I try not to react. Does he know my story? Is he winding me up? I’m pretty sure Adam doesn’t like Jack Bryant. Some ancient family argument.

That arm strays to my waist again.

Squeezing.

‘Then there’s the devil-worshippers.’

‘What?’

‘Yeah,’ says Jack, steering me over a little clapper bridge. ‘Get a lot of that all over: weird patterns, burned circles, tortured animals. Adam deals with it all the time.’ He pauses, in the mist, looking at me. Smirking. ‘There was this one case, with a foal. Jeez. Did he not tell you?’

‘No.’

‘Guess he doesn’t want to bring it home, scare that little girl of yours, Lyla?’ His grin is very wide, like he finds it all funny. ‘Anyway, yeah. Last autumn he found a foal.
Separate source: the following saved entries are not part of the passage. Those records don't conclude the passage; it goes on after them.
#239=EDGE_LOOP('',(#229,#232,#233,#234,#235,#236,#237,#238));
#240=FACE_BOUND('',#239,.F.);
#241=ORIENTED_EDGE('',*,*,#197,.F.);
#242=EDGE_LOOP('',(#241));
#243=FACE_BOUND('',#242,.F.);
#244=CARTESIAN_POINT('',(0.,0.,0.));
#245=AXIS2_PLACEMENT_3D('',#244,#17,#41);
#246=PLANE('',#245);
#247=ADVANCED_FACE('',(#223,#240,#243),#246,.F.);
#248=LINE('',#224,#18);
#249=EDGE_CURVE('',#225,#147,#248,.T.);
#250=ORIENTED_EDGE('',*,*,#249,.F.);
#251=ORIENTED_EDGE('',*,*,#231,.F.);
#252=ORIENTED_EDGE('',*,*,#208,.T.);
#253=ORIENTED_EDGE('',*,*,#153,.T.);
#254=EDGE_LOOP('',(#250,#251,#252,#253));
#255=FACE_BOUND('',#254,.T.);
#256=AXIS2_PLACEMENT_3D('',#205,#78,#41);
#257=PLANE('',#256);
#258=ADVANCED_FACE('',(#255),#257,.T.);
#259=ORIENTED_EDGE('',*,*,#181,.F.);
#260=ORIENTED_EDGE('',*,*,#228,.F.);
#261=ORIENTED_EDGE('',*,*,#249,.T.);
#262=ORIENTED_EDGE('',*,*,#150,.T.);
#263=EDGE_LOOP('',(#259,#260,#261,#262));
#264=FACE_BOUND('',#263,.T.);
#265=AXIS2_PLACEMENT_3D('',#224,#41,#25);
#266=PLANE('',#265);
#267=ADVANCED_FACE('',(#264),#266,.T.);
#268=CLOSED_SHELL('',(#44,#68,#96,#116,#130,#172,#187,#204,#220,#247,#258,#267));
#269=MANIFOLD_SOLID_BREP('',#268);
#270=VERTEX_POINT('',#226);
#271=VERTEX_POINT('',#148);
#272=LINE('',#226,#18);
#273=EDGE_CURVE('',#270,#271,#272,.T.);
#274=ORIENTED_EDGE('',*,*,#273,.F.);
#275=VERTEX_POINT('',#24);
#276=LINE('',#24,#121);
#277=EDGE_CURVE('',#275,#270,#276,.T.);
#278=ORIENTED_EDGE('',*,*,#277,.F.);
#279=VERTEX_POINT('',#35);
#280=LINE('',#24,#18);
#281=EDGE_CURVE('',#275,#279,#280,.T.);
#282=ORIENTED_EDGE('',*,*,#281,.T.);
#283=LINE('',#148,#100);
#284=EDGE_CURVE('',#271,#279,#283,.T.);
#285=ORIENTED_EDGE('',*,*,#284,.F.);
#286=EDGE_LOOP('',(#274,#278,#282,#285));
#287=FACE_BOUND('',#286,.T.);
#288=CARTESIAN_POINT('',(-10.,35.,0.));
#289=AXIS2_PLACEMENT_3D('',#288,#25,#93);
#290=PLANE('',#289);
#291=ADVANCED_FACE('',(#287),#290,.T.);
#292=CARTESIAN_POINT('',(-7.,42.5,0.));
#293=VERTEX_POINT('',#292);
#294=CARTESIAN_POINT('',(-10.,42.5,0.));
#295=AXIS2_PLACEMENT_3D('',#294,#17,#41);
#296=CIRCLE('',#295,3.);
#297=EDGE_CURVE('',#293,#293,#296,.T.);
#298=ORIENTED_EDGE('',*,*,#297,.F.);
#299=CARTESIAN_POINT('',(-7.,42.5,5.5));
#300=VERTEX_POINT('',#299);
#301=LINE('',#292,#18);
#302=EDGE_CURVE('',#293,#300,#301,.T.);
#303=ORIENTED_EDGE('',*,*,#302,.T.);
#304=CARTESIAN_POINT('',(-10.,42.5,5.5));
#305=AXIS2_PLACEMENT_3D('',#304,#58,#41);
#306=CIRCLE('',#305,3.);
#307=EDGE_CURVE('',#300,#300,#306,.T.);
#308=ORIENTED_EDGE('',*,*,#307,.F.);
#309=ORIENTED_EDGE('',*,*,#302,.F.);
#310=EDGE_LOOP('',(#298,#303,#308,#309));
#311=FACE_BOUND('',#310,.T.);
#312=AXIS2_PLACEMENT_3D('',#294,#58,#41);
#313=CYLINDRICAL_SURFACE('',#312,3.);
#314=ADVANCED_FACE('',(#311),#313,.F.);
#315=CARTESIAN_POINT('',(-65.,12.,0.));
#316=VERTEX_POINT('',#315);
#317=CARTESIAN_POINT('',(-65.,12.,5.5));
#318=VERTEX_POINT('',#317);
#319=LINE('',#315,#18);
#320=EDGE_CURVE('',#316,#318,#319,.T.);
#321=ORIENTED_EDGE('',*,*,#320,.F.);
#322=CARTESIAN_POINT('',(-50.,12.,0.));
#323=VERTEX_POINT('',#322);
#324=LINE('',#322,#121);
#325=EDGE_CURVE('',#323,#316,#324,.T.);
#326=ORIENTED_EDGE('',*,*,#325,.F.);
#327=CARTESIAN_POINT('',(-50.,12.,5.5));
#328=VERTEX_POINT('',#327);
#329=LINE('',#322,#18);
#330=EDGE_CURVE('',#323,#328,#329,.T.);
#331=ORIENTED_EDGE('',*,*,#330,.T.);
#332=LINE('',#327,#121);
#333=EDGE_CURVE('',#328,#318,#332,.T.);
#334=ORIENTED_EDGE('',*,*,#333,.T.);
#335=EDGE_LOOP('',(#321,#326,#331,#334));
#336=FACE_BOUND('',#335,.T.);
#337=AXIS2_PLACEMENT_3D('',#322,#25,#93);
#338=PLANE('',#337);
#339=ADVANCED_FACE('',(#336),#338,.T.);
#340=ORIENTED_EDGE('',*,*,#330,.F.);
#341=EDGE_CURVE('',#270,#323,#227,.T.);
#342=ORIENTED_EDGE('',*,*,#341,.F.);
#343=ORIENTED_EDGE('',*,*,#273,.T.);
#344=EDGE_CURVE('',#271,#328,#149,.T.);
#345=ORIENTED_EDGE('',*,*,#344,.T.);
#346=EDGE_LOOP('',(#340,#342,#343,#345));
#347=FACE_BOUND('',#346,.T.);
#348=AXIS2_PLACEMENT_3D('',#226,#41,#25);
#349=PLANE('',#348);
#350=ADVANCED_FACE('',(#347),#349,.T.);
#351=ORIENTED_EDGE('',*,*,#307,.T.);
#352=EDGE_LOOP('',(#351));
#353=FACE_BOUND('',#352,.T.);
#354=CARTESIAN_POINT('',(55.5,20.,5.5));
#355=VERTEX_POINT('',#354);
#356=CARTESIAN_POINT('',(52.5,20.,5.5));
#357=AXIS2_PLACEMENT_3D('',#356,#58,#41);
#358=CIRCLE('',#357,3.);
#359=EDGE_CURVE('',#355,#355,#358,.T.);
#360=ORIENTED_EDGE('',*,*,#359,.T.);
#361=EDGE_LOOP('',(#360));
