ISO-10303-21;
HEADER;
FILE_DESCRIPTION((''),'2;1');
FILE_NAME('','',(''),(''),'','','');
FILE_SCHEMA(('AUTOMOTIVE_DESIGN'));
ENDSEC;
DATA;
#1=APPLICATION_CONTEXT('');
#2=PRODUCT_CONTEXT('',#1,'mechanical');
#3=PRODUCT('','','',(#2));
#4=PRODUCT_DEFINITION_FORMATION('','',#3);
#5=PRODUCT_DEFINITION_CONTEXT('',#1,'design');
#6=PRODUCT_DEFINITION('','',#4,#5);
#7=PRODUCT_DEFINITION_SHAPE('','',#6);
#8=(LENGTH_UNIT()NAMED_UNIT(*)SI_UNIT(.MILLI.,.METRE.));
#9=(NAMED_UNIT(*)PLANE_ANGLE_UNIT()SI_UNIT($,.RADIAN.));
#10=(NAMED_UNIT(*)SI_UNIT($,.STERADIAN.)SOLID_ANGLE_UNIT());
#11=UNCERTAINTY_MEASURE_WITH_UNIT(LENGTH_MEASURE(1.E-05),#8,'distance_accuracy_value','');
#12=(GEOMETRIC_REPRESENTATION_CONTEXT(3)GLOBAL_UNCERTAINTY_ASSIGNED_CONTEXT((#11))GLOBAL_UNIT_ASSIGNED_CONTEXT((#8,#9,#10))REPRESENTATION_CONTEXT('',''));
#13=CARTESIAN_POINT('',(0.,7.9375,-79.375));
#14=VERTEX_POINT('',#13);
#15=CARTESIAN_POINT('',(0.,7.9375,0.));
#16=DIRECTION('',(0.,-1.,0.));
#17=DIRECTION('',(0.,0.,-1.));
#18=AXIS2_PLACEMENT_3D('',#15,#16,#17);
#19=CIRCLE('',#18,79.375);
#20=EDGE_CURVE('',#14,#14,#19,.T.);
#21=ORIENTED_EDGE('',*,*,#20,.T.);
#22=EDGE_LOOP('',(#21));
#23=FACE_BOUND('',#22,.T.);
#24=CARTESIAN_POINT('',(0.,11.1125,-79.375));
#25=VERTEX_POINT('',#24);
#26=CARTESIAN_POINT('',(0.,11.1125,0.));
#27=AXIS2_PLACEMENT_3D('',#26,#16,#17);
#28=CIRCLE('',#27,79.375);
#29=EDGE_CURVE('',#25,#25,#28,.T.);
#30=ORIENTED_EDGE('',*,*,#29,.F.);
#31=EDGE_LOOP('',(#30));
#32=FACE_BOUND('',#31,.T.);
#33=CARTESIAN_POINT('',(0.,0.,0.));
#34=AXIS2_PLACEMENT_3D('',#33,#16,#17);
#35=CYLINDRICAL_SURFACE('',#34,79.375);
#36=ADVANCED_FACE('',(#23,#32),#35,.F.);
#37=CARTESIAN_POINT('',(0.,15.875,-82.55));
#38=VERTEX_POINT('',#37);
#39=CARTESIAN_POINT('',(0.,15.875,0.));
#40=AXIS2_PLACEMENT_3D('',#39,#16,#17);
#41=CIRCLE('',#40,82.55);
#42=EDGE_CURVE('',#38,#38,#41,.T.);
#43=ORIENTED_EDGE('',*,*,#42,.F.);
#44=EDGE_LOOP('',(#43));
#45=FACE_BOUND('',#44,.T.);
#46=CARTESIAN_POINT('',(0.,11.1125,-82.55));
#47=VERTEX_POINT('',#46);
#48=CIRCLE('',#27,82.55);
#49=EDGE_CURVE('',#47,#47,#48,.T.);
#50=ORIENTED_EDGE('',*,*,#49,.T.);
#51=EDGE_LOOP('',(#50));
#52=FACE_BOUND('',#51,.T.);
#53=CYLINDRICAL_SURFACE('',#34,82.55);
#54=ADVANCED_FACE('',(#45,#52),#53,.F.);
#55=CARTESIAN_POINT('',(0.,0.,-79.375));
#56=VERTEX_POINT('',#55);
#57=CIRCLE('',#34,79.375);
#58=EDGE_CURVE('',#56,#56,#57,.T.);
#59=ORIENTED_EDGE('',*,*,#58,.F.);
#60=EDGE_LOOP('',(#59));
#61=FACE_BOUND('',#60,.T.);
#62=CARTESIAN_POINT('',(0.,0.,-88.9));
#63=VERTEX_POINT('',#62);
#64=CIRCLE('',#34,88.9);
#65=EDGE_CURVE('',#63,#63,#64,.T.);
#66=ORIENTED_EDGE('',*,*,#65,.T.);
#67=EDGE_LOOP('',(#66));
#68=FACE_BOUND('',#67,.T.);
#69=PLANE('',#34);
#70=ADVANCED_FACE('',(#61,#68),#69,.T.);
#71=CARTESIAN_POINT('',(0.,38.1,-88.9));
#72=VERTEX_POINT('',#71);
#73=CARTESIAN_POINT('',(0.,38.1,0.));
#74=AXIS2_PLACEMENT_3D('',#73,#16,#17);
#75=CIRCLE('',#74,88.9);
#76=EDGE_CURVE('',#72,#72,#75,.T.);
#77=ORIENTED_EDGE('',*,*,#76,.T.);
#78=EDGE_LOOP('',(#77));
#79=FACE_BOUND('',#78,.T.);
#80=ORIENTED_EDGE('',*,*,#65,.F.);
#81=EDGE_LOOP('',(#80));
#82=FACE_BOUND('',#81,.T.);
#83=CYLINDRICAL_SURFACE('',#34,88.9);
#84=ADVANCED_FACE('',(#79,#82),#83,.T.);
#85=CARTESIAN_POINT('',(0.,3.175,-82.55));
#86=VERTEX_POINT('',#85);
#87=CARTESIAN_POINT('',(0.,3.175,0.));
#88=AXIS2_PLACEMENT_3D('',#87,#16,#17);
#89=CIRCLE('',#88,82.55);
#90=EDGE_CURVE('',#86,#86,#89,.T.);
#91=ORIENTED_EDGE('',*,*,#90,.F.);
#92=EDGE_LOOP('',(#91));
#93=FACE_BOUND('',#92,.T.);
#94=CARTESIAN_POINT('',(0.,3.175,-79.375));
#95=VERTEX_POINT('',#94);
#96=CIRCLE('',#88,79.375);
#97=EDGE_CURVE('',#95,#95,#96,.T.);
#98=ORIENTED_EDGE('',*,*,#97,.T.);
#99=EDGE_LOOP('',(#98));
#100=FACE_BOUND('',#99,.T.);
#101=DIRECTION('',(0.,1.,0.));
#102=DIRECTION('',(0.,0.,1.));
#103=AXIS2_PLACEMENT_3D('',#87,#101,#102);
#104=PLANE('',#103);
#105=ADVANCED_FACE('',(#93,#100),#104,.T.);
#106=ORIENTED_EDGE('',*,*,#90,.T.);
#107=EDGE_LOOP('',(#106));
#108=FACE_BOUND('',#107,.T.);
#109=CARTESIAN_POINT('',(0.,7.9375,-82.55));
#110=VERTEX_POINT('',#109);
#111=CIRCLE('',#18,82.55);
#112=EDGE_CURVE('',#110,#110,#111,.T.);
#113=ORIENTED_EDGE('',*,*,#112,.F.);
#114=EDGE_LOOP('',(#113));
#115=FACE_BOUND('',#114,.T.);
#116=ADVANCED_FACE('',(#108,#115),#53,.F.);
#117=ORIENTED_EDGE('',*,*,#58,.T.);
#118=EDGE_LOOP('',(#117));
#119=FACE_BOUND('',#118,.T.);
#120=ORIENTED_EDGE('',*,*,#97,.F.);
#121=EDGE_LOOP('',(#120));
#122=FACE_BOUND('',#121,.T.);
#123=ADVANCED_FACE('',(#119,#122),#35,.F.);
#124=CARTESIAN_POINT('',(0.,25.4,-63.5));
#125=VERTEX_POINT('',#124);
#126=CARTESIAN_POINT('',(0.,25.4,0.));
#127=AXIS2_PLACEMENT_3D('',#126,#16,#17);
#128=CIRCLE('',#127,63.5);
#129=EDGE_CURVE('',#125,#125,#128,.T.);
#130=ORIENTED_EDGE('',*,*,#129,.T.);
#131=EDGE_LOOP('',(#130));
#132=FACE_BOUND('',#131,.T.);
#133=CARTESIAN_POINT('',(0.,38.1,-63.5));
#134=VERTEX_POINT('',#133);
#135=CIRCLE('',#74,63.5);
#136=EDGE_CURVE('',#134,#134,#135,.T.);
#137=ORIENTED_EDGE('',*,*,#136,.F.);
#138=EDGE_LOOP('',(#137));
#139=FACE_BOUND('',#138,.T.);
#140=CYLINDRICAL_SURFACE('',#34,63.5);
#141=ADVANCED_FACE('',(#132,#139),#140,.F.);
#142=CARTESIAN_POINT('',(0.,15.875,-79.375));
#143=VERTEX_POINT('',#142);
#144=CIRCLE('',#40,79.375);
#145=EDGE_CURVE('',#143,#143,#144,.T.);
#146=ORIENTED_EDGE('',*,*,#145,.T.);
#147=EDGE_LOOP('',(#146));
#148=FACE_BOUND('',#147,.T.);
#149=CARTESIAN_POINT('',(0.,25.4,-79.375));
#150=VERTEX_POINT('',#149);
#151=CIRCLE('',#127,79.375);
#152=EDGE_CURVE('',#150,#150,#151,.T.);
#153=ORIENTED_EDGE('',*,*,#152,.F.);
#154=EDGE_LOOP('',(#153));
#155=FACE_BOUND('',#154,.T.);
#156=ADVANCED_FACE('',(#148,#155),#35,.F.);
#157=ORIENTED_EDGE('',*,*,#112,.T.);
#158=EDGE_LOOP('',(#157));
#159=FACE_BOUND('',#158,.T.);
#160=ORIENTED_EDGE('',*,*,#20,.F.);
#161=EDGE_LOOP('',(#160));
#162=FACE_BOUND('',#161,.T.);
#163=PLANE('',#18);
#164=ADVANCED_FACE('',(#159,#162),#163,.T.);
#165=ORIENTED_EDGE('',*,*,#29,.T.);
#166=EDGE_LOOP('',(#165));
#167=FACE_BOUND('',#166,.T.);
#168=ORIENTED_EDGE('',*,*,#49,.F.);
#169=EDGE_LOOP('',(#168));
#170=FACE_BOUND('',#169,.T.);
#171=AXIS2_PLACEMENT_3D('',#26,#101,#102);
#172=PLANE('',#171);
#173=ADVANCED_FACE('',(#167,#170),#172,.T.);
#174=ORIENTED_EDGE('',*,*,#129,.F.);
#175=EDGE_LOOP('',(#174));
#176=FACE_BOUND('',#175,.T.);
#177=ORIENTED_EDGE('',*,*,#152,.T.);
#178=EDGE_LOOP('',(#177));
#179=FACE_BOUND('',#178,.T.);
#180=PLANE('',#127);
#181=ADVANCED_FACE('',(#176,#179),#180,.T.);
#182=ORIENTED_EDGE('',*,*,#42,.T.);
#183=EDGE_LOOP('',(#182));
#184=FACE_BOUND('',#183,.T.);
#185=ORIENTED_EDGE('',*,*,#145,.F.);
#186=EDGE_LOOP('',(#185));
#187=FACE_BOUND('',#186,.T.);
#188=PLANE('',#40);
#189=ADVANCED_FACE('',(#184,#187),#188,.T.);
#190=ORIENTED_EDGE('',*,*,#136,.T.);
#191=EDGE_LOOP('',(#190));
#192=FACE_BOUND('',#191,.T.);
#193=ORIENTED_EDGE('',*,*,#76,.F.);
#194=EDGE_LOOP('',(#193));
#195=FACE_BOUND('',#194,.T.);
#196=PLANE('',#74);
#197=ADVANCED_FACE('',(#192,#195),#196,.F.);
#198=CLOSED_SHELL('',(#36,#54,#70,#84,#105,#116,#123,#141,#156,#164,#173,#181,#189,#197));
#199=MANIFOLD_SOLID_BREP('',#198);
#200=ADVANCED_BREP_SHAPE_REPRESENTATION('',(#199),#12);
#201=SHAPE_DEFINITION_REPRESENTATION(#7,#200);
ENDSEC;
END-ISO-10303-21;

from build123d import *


with BuildPart() as part:
    # Sketch1 → Revolve1 (revolve)
    with BuildSketch(Plane.XY):
        Polygon((63.5, 25.4), (79.375, 25.4), (79.375, 15.875), (82.55, 15.875), (82.55, 11.1125), (79.375, 11.1125), (79.375, 7.9375), (82.55, 7.9375), (82.55, 3.175), (79.375, 3.175), (79.375, 0), (88.9, 0), (88.9, 38.1), (63.5, 38.1), align=None)
    revolve(axis=Axis((0, 0, 0), (0, 1, 0)))


solid = part.part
Bloody odd, it was surrounded by these patches of charred grass.’ Jack chuckles loudly. ‘He called me and asked me to help. What a job. That poor bastard foal. They’d cut its tongue and eyes out, and cut off its, you know, genitals, cut ’em all off, and sliced off an ear. And there was this weird white paint on one leg, some symbol, a star or pattern.’ Jack is scanning the horizon, though all I can see is fog, then he puts his hand on my hand. ‘And the weirdest thing of all was, they’d dragged the bleeding corpse, when the animal was likely still alive, they’d dragged it round and round in circles and stars, making these crazy patterns of blood in the frost. Demon symbols, I heard. Strangest thing I ever saw. Sent a fucking shiver right down me. Happened over near your place, Pete Bickle’s farm. Not far from Hobbyjob’s and Huckerby. Which I thought was kinda funny, cos your mum would have loved the spookiness, if you see what I mean.’

‘What?’

I gaze at him. Those blue eyes so like Adam’s, but colder still. ‘My mum? You knew my mum?’

‘Sure I knew your mum, Kat, way back, when we were all kids, all of us cousins, lads in Chagford. And she was all into that pagan stuff, wasn’t she? You do know that? I don’t mean she tortured animals, nothing like that.’ He laughs. ‘All I mean is that she was into those symbols. Spells. Spirits, spooks, deadly nightshade, wacky mushrooms, whatever. Dancing naked around stones: all stuff they used to do on the moors back in the day, all the hippies from Totnes. Amazing she didn’t die of flu, your mum, amount of time she was starkers up the tors. They did like a party.’ He stops abruptly. As if he is teasing me.

‘There’s Adam.’ He pauses. ‘At least, I think it’s Adam. This mist is a right fucking job.’